EXERCISE DESCRIPTION:
Set down the material exactly as given, please, from its first line through the line that includes "#233=ADVANCED_FACE('',(#224,#231),#232,.T.);".

DATA EXCERPTS:
= = =

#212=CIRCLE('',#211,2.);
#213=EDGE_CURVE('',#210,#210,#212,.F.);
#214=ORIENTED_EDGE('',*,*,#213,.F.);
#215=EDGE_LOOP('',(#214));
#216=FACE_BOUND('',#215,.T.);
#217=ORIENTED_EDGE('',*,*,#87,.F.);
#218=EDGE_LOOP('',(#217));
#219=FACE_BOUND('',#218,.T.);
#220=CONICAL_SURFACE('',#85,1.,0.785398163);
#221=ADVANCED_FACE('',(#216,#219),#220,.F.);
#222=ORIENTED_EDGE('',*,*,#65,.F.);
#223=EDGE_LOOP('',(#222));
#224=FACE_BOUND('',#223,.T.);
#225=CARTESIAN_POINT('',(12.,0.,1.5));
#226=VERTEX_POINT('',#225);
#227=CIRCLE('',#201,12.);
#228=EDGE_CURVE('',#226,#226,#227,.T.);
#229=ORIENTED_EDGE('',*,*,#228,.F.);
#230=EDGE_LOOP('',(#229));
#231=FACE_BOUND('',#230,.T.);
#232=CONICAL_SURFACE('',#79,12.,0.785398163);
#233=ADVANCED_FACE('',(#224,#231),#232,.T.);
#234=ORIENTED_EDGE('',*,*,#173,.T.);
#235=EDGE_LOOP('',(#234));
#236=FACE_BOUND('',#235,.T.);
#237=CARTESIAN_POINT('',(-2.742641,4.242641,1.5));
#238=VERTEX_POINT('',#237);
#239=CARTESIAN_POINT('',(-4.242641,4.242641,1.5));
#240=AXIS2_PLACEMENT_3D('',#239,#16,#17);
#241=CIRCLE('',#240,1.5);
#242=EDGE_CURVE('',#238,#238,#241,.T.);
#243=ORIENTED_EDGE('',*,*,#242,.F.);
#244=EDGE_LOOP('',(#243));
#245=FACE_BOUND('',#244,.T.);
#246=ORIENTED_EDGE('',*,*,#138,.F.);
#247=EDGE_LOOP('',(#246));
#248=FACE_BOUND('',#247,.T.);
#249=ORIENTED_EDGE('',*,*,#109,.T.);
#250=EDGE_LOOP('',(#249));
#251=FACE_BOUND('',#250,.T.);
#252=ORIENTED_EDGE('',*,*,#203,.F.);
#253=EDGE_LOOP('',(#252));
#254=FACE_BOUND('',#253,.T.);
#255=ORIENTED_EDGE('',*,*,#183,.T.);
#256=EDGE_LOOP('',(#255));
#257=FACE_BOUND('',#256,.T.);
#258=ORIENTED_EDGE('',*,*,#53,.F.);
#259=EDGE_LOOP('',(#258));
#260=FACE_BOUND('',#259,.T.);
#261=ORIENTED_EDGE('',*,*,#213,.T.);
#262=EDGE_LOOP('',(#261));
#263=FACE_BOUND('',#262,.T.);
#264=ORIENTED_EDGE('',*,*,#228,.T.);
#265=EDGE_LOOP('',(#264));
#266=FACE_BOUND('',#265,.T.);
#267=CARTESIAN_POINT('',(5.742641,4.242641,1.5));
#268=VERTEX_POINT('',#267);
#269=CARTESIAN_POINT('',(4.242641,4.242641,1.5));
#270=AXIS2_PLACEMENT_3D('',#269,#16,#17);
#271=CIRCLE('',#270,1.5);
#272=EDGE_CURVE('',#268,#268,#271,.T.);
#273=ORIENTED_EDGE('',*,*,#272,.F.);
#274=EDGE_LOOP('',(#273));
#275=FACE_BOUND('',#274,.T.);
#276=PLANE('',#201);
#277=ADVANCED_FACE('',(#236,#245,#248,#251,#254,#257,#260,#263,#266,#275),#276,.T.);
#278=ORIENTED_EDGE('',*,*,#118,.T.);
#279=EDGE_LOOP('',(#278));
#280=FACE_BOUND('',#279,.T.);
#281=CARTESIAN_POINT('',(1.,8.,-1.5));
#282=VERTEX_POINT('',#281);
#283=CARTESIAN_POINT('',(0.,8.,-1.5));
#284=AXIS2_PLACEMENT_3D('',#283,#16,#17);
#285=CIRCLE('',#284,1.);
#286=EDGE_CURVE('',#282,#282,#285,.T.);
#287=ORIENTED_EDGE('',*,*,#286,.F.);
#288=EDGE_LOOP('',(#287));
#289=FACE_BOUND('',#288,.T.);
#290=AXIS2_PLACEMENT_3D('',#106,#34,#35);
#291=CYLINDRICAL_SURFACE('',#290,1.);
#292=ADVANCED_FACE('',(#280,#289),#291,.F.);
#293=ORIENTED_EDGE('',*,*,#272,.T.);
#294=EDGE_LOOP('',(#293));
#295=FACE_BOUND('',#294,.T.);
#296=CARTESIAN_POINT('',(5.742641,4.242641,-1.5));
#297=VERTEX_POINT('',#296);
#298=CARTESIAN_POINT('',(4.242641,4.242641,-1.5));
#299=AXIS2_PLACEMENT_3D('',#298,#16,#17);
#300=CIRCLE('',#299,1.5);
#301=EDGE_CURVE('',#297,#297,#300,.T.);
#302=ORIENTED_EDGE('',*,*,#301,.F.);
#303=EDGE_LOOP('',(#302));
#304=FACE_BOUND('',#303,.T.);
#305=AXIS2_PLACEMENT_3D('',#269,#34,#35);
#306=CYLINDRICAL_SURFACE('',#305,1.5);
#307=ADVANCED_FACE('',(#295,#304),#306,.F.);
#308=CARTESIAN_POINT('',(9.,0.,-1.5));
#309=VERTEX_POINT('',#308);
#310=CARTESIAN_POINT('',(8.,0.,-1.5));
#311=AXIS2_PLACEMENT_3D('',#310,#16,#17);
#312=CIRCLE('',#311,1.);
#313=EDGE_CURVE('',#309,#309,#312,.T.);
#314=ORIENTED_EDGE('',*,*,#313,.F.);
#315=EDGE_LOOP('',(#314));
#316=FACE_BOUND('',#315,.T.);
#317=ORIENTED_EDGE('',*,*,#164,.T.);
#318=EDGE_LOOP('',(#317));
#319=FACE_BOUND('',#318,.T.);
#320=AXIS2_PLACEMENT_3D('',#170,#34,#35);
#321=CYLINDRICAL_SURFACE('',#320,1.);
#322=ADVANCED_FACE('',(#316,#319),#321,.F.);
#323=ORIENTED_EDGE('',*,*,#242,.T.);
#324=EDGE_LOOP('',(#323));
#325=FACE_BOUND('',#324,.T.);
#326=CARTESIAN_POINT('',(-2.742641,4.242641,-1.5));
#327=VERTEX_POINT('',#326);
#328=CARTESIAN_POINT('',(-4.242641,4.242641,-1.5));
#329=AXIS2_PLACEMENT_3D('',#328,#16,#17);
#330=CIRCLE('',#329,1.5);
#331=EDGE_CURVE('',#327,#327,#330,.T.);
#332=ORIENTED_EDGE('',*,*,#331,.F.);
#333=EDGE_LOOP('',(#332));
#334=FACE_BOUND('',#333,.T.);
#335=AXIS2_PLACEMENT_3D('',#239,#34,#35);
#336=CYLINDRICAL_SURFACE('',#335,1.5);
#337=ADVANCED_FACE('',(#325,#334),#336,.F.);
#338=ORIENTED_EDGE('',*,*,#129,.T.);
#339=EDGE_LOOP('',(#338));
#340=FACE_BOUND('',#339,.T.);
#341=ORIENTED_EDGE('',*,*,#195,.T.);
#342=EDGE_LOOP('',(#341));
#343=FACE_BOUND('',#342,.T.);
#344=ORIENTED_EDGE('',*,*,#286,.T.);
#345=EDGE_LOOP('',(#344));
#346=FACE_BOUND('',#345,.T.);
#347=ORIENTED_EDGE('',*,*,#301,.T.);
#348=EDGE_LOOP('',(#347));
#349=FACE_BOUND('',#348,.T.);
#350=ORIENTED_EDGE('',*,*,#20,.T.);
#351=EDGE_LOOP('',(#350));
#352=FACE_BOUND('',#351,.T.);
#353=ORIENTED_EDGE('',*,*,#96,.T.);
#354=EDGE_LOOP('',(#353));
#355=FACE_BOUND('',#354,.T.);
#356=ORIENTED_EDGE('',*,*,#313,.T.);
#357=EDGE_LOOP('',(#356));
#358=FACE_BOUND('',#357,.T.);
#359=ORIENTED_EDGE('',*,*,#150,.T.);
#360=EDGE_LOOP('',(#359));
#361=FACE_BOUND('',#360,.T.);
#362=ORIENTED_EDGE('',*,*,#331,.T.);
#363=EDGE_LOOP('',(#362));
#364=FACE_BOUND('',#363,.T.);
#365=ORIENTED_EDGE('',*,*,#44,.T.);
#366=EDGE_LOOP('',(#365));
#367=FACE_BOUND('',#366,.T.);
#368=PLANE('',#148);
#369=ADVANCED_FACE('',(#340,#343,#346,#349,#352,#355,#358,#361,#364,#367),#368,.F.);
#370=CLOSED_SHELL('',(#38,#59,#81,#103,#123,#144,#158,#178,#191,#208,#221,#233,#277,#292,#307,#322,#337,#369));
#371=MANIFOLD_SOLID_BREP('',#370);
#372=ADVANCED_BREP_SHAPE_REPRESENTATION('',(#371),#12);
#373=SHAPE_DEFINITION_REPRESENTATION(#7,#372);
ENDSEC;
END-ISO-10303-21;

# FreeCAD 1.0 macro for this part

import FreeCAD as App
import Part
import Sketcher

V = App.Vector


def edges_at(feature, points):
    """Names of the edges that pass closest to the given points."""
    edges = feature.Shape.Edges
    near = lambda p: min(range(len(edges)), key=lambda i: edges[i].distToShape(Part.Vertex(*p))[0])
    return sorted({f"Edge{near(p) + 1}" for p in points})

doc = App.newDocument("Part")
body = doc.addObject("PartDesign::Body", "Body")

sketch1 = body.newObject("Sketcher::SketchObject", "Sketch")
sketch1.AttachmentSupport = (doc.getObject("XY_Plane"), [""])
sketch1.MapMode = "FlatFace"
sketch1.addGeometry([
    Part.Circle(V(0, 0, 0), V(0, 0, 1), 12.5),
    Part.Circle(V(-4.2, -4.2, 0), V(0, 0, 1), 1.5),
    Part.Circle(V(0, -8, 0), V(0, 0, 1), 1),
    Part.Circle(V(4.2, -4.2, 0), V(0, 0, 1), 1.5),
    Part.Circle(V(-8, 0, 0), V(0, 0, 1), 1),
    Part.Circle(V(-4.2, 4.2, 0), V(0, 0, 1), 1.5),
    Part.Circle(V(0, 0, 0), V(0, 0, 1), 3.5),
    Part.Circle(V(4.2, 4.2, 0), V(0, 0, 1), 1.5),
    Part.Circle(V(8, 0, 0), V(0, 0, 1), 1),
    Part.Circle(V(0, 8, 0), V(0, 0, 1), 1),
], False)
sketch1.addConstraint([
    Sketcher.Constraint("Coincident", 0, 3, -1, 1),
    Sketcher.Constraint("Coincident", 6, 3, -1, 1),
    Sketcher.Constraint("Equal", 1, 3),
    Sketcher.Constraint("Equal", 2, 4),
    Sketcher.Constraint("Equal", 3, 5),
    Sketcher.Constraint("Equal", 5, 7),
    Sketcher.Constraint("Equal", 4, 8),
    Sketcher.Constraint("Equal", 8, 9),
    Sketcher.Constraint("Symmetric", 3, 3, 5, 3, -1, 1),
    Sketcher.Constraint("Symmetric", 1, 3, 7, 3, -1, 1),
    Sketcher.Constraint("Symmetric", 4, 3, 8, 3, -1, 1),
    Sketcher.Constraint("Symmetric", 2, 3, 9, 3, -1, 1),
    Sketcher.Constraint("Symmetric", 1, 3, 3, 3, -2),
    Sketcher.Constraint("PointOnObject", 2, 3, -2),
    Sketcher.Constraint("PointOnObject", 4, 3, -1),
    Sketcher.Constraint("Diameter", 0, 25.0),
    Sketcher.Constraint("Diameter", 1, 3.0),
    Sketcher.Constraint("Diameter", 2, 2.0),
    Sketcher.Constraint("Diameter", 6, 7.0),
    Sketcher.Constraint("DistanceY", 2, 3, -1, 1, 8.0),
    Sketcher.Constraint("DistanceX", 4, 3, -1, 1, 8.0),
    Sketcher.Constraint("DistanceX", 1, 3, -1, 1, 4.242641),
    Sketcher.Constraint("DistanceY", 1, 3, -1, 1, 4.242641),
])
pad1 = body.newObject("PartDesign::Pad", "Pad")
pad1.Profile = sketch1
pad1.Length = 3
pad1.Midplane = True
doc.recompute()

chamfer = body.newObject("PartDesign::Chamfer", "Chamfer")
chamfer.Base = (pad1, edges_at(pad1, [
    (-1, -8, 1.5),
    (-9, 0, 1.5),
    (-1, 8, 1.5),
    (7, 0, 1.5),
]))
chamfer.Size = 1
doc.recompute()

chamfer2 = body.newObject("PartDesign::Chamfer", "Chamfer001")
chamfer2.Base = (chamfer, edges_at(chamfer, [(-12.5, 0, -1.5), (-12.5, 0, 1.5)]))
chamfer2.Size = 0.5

= = =

TASK SOLUTION:
#212=CIRCLE('',#211,2.);
#213=EDGE_CURVE('',#210,#210,#212,.F.);
#214=ORIENTED_EDGE('',*,*,#213,.F.);
#215=EDGE_LOOP('',(#214));
#216=FACE_BOUND('',#215,.T.);
#217=ORIENTED_EDGE('',*,*,#87,.F.);
#218=EDGE_LOOP('',(#217));
#219=FACE_BOUND('',#218,.T.);
#220=CONICAL_SURFACE('',#85,1.,0.785398163);
#221=ADVANCED_FACE('',(#216,#219),#220,.F.);
#222=ORIENTED_EDGE('',*,*,#65,.F.);
#223=EDGE_LOOP('',(#222));
#224=FACE_BOUND('',#223,.T.);
#225=CARTESIAN_POINT('',(12.,0.,1.5));
#226=VERTEX_POINT('',#225);
#227=CIRCLE('',#201,12.);
#228=EDGE_CURVE('',#226,#226,#227,.T.);
#229=ORIENTED_EDGE('',*,*,#228,.F.);
#230=EDGE_LOOP('',(#229));
#231=FACE_BOUND('',#230,.T.);
#232=CONICAL_SURFACE('',#79,12.,0.785398163);
#233=ADVANCED_FACE('',(#224,#231),#232,.T.);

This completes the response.